## Action item
Scan the entries for the word "SUBTRACT". Every line that has it should be copied.

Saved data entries
<<<<

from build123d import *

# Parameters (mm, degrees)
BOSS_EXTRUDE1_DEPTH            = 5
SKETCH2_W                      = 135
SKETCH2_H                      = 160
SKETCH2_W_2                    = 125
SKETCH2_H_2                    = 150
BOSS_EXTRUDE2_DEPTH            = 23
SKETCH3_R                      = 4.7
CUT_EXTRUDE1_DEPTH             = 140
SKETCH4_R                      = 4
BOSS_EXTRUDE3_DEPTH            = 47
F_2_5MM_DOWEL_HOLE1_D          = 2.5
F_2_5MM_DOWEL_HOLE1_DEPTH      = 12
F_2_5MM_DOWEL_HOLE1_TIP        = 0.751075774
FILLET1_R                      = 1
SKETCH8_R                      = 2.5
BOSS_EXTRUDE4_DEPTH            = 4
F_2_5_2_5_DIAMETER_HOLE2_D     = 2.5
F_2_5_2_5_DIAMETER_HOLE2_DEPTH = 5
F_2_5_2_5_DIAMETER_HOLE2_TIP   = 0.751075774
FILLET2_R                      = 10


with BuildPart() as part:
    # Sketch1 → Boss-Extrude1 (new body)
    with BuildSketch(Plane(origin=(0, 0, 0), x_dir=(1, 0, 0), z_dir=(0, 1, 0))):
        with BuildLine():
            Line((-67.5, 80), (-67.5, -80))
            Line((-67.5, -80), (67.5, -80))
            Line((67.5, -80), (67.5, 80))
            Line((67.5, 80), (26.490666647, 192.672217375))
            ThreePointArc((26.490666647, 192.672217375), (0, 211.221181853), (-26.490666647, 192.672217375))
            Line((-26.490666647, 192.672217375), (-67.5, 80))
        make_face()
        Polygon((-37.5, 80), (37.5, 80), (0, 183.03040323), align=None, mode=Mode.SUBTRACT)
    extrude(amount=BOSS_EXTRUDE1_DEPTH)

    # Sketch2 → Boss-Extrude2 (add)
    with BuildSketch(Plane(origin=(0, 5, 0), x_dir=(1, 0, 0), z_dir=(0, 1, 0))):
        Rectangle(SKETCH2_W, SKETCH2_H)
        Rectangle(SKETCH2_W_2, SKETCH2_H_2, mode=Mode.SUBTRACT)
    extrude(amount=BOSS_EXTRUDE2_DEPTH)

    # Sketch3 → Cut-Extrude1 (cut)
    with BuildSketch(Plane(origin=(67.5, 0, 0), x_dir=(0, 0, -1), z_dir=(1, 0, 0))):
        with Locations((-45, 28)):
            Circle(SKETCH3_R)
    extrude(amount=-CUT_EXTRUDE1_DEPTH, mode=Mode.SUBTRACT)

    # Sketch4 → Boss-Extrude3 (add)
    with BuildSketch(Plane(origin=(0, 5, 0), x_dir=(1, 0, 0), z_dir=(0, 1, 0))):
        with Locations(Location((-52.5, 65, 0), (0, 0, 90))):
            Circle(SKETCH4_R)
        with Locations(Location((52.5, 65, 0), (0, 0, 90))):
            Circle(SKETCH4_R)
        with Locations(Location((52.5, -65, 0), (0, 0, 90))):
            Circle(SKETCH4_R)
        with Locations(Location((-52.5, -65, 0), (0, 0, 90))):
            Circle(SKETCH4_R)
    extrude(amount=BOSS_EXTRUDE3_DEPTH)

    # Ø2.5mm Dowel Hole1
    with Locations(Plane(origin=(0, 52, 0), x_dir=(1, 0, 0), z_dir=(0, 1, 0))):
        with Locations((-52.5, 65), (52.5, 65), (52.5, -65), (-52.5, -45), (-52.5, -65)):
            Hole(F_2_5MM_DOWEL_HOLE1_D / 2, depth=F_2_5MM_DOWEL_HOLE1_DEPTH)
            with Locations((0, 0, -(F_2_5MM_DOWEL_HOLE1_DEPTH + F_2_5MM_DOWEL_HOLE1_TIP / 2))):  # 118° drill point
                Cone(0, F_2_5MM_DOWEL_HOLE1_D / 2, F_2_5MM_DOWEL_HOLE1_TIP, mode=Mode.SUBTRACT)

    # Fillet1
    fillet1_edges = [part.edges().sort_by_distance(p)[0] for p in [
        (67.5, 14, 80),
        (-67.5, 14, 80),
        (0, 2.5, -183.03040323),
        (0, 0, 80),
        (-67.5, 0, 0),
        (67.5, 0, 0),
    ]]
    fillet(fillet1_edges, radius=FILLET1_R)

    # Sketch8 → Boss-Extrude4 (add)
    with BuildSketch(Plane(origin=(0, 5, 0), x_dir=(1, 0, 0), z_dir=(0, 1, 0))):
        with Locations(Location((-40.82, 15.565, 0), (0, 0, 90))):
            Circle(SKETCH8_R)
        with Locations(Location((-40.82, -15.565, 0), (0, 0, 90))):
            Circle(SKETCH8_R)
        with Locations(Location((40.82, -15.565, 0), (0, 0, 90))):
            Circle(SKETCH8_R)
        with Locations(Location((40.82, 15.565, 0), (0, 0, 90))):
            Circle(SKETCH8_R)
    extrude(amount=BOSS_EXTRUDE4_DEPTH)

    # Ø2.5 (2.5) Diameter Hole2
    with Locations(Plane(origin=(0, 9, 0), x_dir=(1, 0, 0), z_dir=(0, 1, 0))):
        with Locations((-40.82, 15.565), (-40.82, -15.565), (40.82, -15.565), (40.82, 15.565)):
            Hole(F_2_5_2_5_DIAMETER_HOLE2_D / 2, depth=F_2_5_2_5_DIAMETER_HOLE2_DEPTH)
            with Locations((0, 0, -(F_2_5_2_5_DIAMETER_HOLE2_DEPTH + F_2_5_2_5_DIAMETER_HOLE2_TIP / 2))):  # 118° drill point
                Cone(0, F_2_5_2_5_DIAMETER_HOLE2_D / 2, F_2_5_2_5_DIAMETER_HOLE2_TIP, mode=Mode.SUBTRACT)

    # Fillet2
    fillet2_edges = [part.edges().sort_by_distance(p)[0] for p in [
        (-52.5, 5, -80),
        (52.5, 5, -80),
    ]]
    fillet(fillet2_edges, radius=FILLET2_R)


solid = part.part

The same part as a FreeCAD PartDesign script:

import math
import FreeCAD as App
import Part
import Sketcher
from FreeCAD import Vector
Q = App.Units.Quantity


def edges_at(feature, points):
    """Names of the edges that pass closest to the given points."""
    edges = feature.Shape.Edges
    near = lambda p: min(range(len(edges)), key=lambda i: edges[i].distToShape(Part.Vertex(*p))[0])
    return sorted({f"Edge{near(p) + 1}" for p in points})


def add_polygon(sketch, points):
    """Adds a closed chain of lines whose ends are joined by coincident constraints."""
    first, n = sketch.GeometryCount, len(points)
    for a, b in zip(points, points[1:] + points[:1]):
        sketch.addGeometry(Part.LineSegment(App.Vector(*a, 0), App.Vector(*b, 0)), False)
    for i in range(n):
        sketch.addConstraint(Sketcher.Constraint("Coincident", first + i, 2, first + (i + 1) % n, 1))

doc = App.newDocument("Part")
body = doc.addObject("PartDesign::Body", "Body")

sketch1 = doc.addObject("Sketcher::SketchObject", "Sketch")
body.addObject(sketch1)
sketch1.AttachmentSupport = (doc.XZ_Plane, [""])
sketch1.MapMode = "FlatFace"
sketch1.addGeometry(Part.LineSegment(Vector(-68, -80, 0), Vector(-68, 80, 0)), False)
sketch1.addGeometry(Part.LineSegment(Vector(-68, 80, 0), Vector(68, 80, 0)), False)
sketch1.addGeometry(Part.LineSegment(Vector(68, 80, 0), Vector(68, -80, 0)), False)
sketch1.addGeometry(Part.LineSegment(Vector(68, -80, 0), Vector(26, -193, 0)), False)
sketch1.addGeometry(Part.ArcOfCircle(Part.Circle(Vector(0, -183, 0), Vector(0, 0, 1), 28), math.radians(-160), math.radians(-20)), False)
sketch1.addGeometry(Part.LineSegment(Vector(-26, -193, 0), Vector(-68, -80, 0)), False)
add_polygon(sketch1, [(38, -80), (-38, -80), (0, -183)])
sketch1.addConstraint(Sketcher.Constraint("Coincident", 0, 2, 1, 1))
sketch1.addConstraint(Sketcher.Constraint("Coincident", 1, 2, 2, 1))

>>>>

## Output of the task
        Polygon((-37.5, 80), (37.5, 80), (0, 183.03040323), align=None, mode=Mode.SUBTRACT)
        Rectangle(SKETCH2_W_2, SKETCH2_H_2, mode=Mode.SUBTRACT)
    extrude(amount=-CUT_EXTRUDE1_DEPTH, mode=Mode.SUBTRACT)
                Cone(0, F_2_5MM_DOWEL_HOLE1_D / 2, F_2_5MM_DOWEL_HOLE1_TIP, mode=Mode.SUBTRACT)
                Cone(0, F_2_5_2_5_DIAMETER_HOLE2_D / 2, F_2_5_2_5_DIAMETER_HOLE2_TIP, mode=Mode.SUBTRACT)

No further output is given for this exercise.